The judiciary must guard its independence and stay above suspicion

The crisis of credibility afflicting the country’s judiciary has taken a serious toll on the institution. Its image in the eyes of most Nigerians is now severely battered. Restoring this credibility becomes difficult when the number one judicial officer in the country puts himself in a compromising situation. While we do not want to dwell on the controversy of what Chief Justice of Nigeria (CJN), Olukayode Ariwoola said or did not say in Port Harcourt, the unfortunate situation has already raised questions about a man whose conduct should be free from the appearance of impropriety – not only in the discharge of official responsibility but also in his everyday life.   

It is not for nothing that in the United States from where we borrowed the presidential system of government, judicial reach is kept beyond the grasp of state officials so that whenever governments encroach on the rights of its citizens, there would be an independent institution to keep those rights safe. More than anybody else, the CJN should understand that principle, hence avoid hobnobbing with politicians within the executive arm of government, either at the federal or state level. If it is bad enough that the CJN agreed to be hosted to a gala night by Governor Nyesom Wike of Rivers State, he compounded the situation by his utterances which many now interpret to be partisan.  

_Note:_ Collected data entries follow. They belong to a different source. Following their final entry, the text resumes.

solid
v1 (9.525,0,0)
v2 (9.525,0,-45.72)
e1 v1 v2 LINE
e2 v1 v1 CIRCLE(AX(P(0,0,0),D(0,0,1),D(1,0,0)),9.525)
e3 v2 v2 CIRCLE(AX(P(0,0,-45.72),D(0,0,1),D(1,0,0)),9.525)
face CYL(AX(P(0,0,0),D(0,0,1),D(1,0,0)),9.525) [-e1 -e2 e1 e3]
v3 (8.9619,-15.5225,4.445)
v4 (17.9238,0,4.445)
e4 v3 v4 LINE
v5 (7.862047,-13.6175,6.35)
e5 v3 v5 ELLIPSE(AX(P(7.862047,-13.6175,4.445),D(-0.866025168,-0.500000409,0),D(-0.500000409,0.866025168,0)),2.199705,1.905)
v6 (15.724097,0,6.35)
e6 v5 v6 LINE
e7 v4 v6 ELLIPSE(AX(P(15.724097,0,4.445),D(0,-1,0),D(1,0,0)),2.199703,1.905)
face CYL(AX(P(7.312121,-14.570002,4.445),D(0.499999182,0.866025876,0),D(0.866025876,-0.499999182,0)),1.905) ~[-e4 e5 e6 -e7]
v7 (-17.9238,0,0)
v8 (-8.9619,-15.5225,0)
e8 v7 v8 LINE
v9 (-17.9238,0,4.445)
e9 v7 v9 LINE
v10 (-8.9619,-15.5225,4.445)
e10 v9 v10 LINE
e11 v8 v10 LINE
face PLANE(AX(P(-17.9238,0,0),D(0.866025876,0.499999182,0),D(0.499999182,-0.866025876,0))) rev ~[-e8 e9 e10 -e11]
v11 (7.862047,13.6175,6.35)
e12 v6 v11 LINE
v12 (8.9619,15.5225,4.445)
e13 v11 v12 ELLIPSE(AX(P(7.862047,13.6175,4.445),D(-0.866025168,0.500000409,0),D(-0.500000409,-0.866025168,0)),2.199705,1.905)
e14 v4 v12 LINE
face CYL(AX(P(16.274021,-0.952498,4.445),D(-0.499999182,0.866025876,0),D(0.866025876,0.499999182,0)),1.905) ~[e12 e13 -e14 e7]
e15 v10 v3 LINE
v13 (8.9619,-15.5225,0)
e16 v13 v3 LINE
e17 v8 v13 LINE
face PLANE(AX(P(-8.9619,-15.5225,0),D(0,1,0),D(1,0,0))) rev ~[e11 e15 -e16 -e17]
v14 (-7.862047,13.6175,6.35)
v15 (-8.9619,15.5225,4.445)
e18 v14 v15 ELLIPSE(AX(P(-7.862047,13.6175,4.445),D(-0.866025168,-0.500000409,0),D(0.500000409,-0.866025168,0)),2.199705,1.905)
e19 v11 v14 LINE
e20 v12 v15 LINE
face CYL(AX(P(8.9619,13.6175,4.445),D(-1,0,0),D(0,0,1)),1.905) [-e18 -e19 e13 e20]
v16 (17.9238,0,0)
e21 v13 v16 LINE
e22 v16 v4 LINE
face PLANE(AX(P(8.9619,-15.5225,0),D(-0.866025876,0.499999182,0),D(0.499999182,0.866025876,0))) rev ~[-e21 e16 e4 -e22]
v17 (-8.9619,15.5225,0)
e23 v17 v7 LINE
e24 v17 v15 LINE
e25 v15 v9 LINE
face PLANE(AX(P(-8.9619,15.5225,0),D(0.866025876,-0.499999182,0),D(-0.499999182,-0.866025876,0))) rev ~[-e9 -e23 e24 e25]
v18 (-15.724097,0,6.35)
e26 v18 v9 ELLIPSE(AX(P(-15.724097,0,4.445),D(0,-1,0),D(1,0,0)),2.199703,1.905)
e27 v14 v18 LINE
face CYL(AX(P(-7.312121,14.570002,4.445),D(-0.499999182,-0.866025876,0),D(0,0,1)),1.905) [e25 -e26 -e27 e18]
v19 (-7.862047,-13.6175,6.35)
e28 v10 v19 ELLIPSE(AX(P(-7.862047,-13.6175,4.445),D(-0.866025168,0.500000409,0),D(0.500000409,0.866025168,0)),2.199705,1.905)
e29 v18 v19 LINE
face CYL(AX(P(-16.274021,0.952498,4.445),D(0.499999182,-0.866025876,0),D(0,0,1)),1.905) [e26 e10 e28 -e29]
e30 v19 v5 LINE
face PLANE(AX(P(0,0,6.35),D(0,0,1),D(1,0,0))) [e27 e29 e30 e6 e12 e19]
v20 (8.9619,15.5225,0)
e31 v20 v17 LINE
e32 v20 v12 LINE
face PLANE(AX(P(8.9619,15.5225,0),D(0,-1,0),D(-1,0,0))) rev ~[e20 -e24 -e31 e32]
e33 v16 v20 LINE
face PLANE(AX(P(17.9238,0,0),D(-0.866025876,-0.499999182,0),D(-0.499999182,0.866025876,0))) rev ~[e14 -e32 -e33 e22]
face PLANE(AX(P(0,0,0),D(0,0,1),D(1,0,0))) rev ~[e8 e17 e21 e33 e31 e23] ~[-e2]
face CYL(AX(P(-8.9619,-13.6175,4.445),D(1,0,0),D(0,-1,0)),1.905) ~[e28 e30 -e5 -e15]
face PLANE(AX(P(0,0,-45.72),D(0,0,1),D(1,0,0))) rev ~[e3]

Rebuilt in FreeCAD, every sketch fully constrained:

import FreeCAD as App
import Part
import Sketcher

V = App.Vector
Q = App.Units.Quantity


def edges_at(feature, points):
    """Names of the edges that pass closest to the given points."""
    edges = feature.Shape.Edges
    near = lambda p: min(range(len(edges)), key=lambda i: edges[i].distToShape(Part.Vertex(*p))[0])
    return sorted({f"Edge{near(p) + 1}" for p in points})

doc = App.newDocument("Part")
params = doc.addObject("Spreadsheet::Sheet", "Params")
for row, (alias, value) in enumerate([
    ("sketch1_diameter", "0.75 in"),
    ("pad1_length", "1.8 in"),
    ("pad2_length", "0.25 in"),
    ("fillet_radius", "0.075 in"),
], start=1):
    params.set(f"A{row}", alias)
    params.set(f"B{row}", "=" + value)
    params.setAlias(f"B{row}", alias)

body = doc.addObject("PartDesign::Body", "Body")

# Sketch on XY plane
sketch1 = body.newObject("Sketcher::SketchObject", "Sketch")
sketch1.AttachmentSupport = (doc.getObject("XY_Plane"), [""])
sketch1.MapMode = "FlatFace"
sketch1.addGeometry(Part.Circle(V(0, 0, 0), V(0, 0, 1), 10), False)
sketch1.addConstraint([
    Sketcher.Constraint("Coincident", 0, 3, -1, 1),
    Sketcher.Constraint("Diameter", 0, Q("0.75 in")),
])
sketch1.setExpression("Constraints[1]", "Params.sketch1_diameter")
pad1 = body.newObject("PartDesign::Pad", "Pad")
pad1.Profile = sketch1
pad1.setExpression("Length", "Params.pad1_length")
pad1.Reversed = True

# Sketch on XY plane
sketch2 = body.newObject("Sketcher::SketchObject", "Sketch001")
sketch2.AttachmentSupport = (doc.getObject("XY_Plane"), [""])
sketch2.MapMode = "FlatFace"
sketch2.addGeometry([
    Part.LineSegment(V(-9, -16, 0), V(9, -16, 0)),  # 0
    Part.LineSegment(V(9, -16, 0), V(18, 0, 0)),  # 1
    Part.LineSegment(V(18, 0, 0), V(9, 16, 0)),  # 2
    Part.LineSegment(V(9, 16, 0), V(-9, 16, 0)),  # 3
    Part.LineSegment(V(-9, 16, 0), V(-18, 0, 0)),  # 4
    Part.LineSegment(V(-18, 0, 0), V(-9, -16, 0)),  # 5
], False)
sketch2.addConstraint([
    Sketcher.Constraint("Coincident", 0, 2, 1, 1),
    Sketcher.Constraint("Coincident", 1, 2, 2, 1),
    Sketcher.Constraint("Coincident", 2, 2, 3, 1),
    Sketcher.Constraint("Coincident", 3, 2, 4, 1),
    Sketcher.Constraint("Coincident", 4, 2, 5, 1),
    Sketcher.Constraint("Coincident", 5, 2, 0, 1),
    Sketcher.Constraint("Horizontal", 0),
    Sketcher.Constraint("Horizontal", 3),
    Sketcher.Constraint("Symmetric", 0, 2, 3, 2, -1, 1),
    Sketcher.Constraint("Symmetric", 1, 2, 4, 2, -1, 1),
    Sketcher.Constraint("PointOnObject", 1, 2, -1),
    Sketcher.Constraint("Parallel", 2, 5),
    Sketcher.Constraint("Vertical", 0, 2, 2, 2),
    Sketcher.Constraint("Angle", 1, Q("60 deg")),
    Sketcher.Constraint("DistanceX", 0, 1, 0, 2, 17.9238),
    Sketcher.Constraint("DistanceX", 3, 2, 1, 2, Q("1.0585 in")),
])
pad2 = body.newObject("PartDesign::Pad", "Pad001")
pad2.Profile = sketch2
pad2.setExpression("Length", "Params.pad2_length")
doc.recompute()

fillet = body.newObject("PartDesign::Fillet", "Fillet")
fillet.Base = (pad2, edges_at(pad2, [
    (13.443, -7.761, 6.35),
    (0, -15.523, 6.35),
    (-13.443, -7.761, 6.35),
    (-13.443, 7.761, 6.35),
    (0, 15.523, 6.35),
    (13.443, 7.761, 6.35),
]))
fillet.setExpression("Radius", "Params.fillet_radius")

doc.recompute()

As we have repeatedly stated on this page, the judiciary is not just any institution: it is an important arm of government that knits human society together. Yet, the function of law as an instrument of social engineering can only be made difficult when judges compromise their oath by acts of omission or commission. And to the extent that nothing destroys public confidence in the system than the bad behaviour of judges, the judiciary must guard its independence and impartiality jealously. No matter the temptation, this critical arm of government must not be unduly politicised. Neither should it be rendered impotent by the very people who should labour to maintain its prestige and integrity.    

 Apparently concerned by the crisis of credibility that has for long dogged the judicial arm of government and the damage that it inflicts on national psyche, the Nigerian Bar Association (NBA) last year hosted an important Justice Sector Summit which brought together critical stakeholders. The broad consensus was the need to rise above the interests that are holding back fair and equitable justice administration in Nigeria by working to restore integrity to the bar and bench. For that to happen, Judges must, like Caesar’s wife, stay above suspicion.  

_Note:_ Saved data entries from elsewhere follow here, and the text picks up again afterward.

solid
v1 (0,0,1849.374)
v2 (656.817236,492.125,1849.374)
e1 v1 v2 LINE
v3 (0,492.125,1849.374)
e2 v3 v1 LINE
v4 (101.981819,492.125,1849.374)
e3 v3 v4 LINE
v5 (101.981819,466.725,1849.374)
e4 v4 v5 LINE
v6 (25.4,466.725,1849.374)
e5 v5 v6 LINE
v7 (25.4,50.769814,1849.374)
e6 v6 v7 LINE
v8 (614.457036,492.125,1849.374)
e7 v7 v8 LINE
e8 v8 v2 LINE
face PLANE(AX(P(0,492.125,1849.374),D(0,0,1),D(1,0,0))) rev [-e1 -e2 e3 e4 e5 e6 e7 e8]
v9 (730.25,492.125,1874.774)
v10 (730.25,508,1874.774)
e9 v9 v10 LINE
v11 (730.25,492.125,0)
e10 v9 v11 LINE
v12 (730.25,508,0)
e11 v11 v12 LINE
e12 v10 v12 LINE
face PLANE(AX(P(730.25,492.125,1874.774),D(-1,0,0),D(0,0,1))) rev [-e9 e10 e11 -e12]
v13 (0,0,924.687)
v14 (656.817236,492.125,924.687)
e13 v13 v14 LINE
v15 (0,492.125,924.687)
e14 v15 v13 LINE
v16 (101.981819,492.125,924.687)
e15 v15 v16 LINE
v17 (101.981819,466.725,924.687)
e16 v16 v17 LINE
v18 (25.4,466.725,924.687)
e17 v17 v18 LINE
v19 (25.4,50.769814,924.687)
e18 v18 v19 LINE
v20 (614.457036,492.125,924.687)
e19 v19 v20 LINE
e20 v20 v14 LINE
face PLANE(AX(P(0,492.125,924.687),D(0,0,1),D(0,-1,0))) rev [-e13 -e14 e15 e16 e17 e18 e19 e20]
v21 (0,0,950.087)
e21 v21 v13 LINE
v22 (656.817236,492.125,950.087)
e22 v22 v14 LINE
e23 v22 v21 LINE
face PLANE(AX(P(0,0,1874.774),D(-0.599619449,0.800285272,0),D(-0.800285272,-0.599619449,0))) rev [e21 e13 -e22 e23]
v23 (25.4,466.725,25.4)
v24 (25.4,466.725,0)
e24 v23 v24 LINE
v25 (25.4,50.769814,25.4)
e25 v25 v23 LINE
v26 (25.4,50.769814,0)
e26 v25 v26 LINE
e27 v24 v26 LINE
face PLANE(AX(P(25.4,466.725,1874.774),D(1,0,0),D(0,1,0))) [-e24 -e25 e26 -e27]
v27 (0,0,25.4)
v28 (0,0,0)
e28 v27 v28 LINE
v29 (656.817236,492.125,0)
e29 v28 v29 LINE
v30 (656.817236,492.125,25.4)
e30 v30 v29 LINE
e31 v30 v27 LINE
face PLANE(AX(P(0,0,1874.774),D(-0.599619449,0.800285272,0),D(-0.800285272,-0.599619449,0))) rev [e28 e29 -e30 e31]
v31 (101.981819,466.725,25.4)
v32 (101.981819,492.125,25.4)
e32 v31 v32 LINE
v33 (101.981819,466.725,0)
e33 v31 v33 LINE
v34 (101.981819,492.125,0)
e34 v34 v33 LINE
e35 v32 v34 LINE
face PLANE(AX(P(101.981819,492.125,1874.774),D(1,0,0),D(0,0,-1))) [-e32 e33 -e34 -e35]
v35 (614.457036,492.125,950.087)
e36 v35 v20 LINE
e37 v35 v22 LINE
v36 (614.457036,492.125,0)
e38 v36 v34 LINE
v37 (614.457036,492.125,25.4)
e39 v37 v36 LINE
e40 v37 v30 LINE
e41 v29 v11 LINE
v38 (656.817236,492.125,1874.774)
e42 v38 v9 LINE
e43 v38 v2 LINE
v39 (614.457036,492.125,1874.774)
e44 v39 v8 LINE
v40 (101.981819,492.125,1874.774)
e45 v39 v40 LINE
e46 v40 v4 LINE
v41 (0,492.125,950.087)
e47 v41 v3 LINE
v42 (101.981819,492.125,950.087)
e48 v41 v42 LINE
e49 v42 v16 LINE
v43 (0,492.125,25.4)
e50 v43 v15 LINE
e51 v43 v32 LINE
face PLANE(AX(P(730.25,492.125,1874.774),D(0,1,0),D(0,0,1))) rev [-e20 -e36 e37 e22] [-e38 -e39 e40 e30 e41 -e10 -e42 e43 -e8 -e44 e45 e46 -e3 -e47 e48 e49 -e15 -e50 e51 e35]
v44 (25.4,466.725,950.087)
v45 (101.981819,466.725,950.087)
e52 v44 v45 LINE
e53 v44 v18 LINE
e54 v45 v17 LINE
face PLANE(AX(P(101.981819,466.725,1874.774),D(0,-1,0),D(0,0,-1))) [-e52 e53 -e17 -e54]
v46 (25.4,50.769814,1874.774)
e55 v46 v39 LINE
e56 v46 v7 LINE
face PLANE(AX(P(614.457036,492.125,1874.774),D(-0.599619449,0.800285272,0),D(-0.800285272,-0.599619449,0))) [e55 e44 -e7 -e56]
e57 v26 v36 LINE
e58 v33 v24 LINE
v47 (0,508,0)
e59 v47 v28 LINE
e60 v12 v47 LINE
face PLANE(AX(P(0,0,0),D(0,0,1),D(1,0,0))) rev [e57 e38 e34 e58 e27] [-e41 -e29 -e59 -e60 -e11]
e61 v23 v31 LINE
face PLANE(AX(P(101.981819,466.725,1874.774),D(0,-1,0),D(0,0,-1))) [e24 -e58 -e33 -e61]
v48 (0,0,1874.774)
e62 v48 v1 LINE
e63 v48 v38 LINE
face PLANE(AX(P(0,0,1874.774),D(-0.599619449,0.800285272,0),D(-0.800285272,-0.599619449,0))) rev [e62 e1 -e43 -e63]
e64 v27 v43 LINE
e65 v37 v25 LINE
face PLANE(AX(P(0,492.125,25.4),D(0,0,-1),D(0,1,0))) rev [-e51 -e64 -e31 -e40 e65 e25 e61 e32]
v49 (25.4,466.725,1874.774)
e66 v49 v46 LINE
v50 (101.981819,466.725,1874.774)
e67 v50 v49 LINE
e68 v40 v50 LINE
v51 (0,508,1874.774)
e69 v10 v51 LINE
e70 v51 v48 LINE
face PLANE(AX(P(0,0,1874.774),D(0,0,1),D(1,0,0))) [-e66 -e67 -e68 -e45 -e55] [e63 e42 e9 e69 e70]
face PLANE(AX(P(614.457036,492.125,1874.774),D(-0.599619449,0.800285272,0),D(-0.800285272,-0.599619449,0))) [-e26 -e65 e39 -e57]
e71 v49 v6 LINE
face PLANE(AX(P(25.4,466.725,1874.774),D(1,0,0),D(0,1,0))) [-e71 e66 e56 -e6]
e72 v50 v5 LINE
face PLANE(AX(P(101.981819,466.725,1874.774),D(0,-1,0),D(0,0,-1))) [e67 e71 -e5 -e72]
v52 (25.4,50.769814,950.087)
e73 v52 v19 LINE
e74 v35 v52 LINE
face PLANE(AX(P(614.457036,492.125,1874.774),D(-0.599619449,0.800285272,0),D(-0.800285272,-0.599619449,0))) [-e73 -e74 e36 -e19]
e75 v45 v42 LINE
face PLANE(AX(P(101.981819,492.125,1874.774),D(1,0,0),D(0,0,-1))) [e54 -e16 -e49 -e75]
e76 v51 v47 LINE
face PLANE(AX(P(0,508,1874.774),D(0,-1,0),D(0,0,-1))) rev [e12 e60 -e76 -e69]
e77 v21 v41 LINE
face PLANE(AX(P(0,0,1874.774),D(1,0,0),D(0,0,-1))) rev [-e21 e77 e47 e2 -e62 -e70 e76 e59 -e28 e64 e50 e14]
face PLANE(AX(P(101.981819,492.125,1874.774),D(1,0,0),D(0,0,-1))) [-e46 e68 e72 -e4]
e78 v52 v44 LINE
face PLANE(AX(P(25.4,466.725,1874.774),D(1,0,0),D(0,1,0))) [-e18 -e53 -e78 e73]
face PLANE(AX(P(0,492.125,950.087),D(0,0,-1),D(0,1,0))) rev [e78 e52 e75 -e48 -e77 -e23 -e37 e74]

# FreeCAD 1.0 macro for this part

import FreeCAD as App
import Part
import Sketcher
from FreeCAD import Vector
Q = App.Units.Quantity


def add_polygon(sketch, points):
    """Adds a closed chain of lines whose ends are joined by coincident constraints."""
    first, n = sketch.GeometryCount, len(points)
    for a, b in zip(points, points[1:] + points[:1]):
        sketch.addGeometry(Part.LineSegment(App.Vector(*a, 0), App.Vector(*b, 0)), False)
    for i in range(n):
        sketch.addConstraint(Sketcher.Constraint("Coincident", first + i, 2, first + (i + 1) % n, 1))

doc = App.newDocument("Part")
body = doc.addObject("PartDesign::Body", "Body")

# Sketch on XY plane
sketch1 = body.newObject("Sketcher::SketchObject", "Sketch")
sketch1.AttachmentSupport = (doc.getObject("XY_Plane"), [""])
sketch1.MapMode = "FlatFace"
add_polygon(sketch1, [(656.817236, 492.125), (730.25, 492.125), (730.25, 508), (0, 508), (0, 0)])  # lines 0-4
add_polygon(sketch1, [(101.981819, 492.125), (614.457036, 492.125), (25.4, 50.769814), (25.4, 466.725), (101.981819, 466.725)])  # lines 5-9
sketch1.addConstraint([
    Sketcher.Constraint("Horizontal", 0),
    Sketcher.Constraint("Vertical", 1),
    Sketcher.Constraint("Horizontal", 2),
    Sketcher.Constraint("Vertical", 3),
    Sketcher.Constraint("Horizontal", 5),
    Sketcher.Constraint("Vertical", 7),
    Sketcher.Constraint("Horizontal", 8),
    Sketcher.Constraint("Vertical", 9),
    Sketcher.Constraint("Coincident", 3, 2, -1, 1),
    Sketcher.Constraint("Parallel", 4, 6),
    Sketcher.Constraint("Horizontal", 4, 2, 5, 2),
    Sketcher.Constraint("DistanceY", 3, 2, 3, 1, Q("20 in")),
    Sketcher.Constraint("DistanceY", 9, 1, 9, 2, Q("1 in")),
    Sketcher.Constraint("DistanceX", -1, 1, 6, 2, Q("1 in")),
    Sketcher.Constraint("DistanceX", 2, 2, 2, 1, Q("28.75 in")),
    Sketcher.Constraint("DistanceY", 1, 1, 1, 2, Q("0.625 in")),
    Sketcher.Constraint("DistanceX", 8, 1, 8, 2, Q("76.581819 mm")),
    Sketcher.Constraint("DistanceX", 5, 2, 4, 2, Q("42.3602 mm")),
    Sketcher.Constraint("Distance", 4, Q("820.728882 mm")),
])
pad1 = body.newObject("PartDesign::Pad", "Pad")
pad1.Profile = sketch1
pad1.Length = Q("73.81 in")

# Sketch on YZ plane
sketch2 = body.newObject("Sketcher::SketchObject", "Sketch001")
sketch2.AttachmentSupport = (doc.getObject("YZ_Plane"), [""])
sketch2.MapMode = "FlatFace"
sketch2.AttachmentOffset = App.Placement(Vector(0, 0, 28.75 * 25.4), App.Rotation())
add_polygon(sketch2, [(492.125, 1849.374), (0, 1849.374), (0, 950.087), (492.125, 950.087)])  # lines 0-3
add_polygon(sketch2, [(492.125, 924.687), (0, 924.687), (0, 25.4), (492.125, 25.4)])  # lines 4-7
sketch2.addConstraint([
    Sketcher.Constraint("Horizontal", 0),
    Sketcher.Constraint("Vertical", 1),
    Sketcher.Constraint("Horizontal", 2),
    Sketcher.Constraint("Vertical", 3),
    Sketcher.Constraint("Horizontal", 4),
    Sketcher.Constraint("Vertical", 5),
    Sketcher.Constraint("Horizontal", 6),
    Sketcher.Constraint("Vertical", 7),
    Sketcher.Constraint("PointOnObject", 0, 2, -2),
    Sketcher.Constraint("PointOnObject", 4, 2, -2),
    Sketcher.Constraint("Vertical", 3, 2, 6, 2),
    Sketcher.Constraint("Equal", 3, 5),
    Sketcher.Constraint("DistanceY", -1, 1, 5, 2, Q("1 in")),
    Sketcher.Constraint("DistanceY", 4, 2, 1, 2, Q("1 in")),
    Sketcher.Constraint("DistanceX", 0, 2, 0, 1, Q("19.375 in")),
    Sketcher.Constraint("DistanceY", 1, 2, 1, 1, Q("35.405 in")),
])
pocket1 = body.newObject("PartDesign::Pocket", "Pocket")
pocket1.Profile = sketch2
pocket1.Type = "ThroughAll"

doc.recompute()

While it is standard expectation and even a requirement that US Supreme Court judges be either conservative or liberal, they cannot be Republican or Democrat in their votes on judicial decisions. The former is ideological, part of the right to hold beliefs. The latter is a matter of political partisanship, an area that is below the independence and impartiality of the judiciary as everyone’s last bastion of hope for justice and fairness in a democratic republic. In the absence of such deep-rooted ideological differences, our apex court judges have an even narrower room. As citizens they may have their private partisan preferences, but such biases are not expected to reflect in their dispensation of justice or indeed in their social conduct and public utterances.  

By virtue of his exalted position, the CJN should avoid social dealings that are capable of eroding public confidence in the judiciary as the last hope of the common man. As the ultimate judge of the land, Justice Ariwoola should also purge himself of the slightest inkling of partisan taint.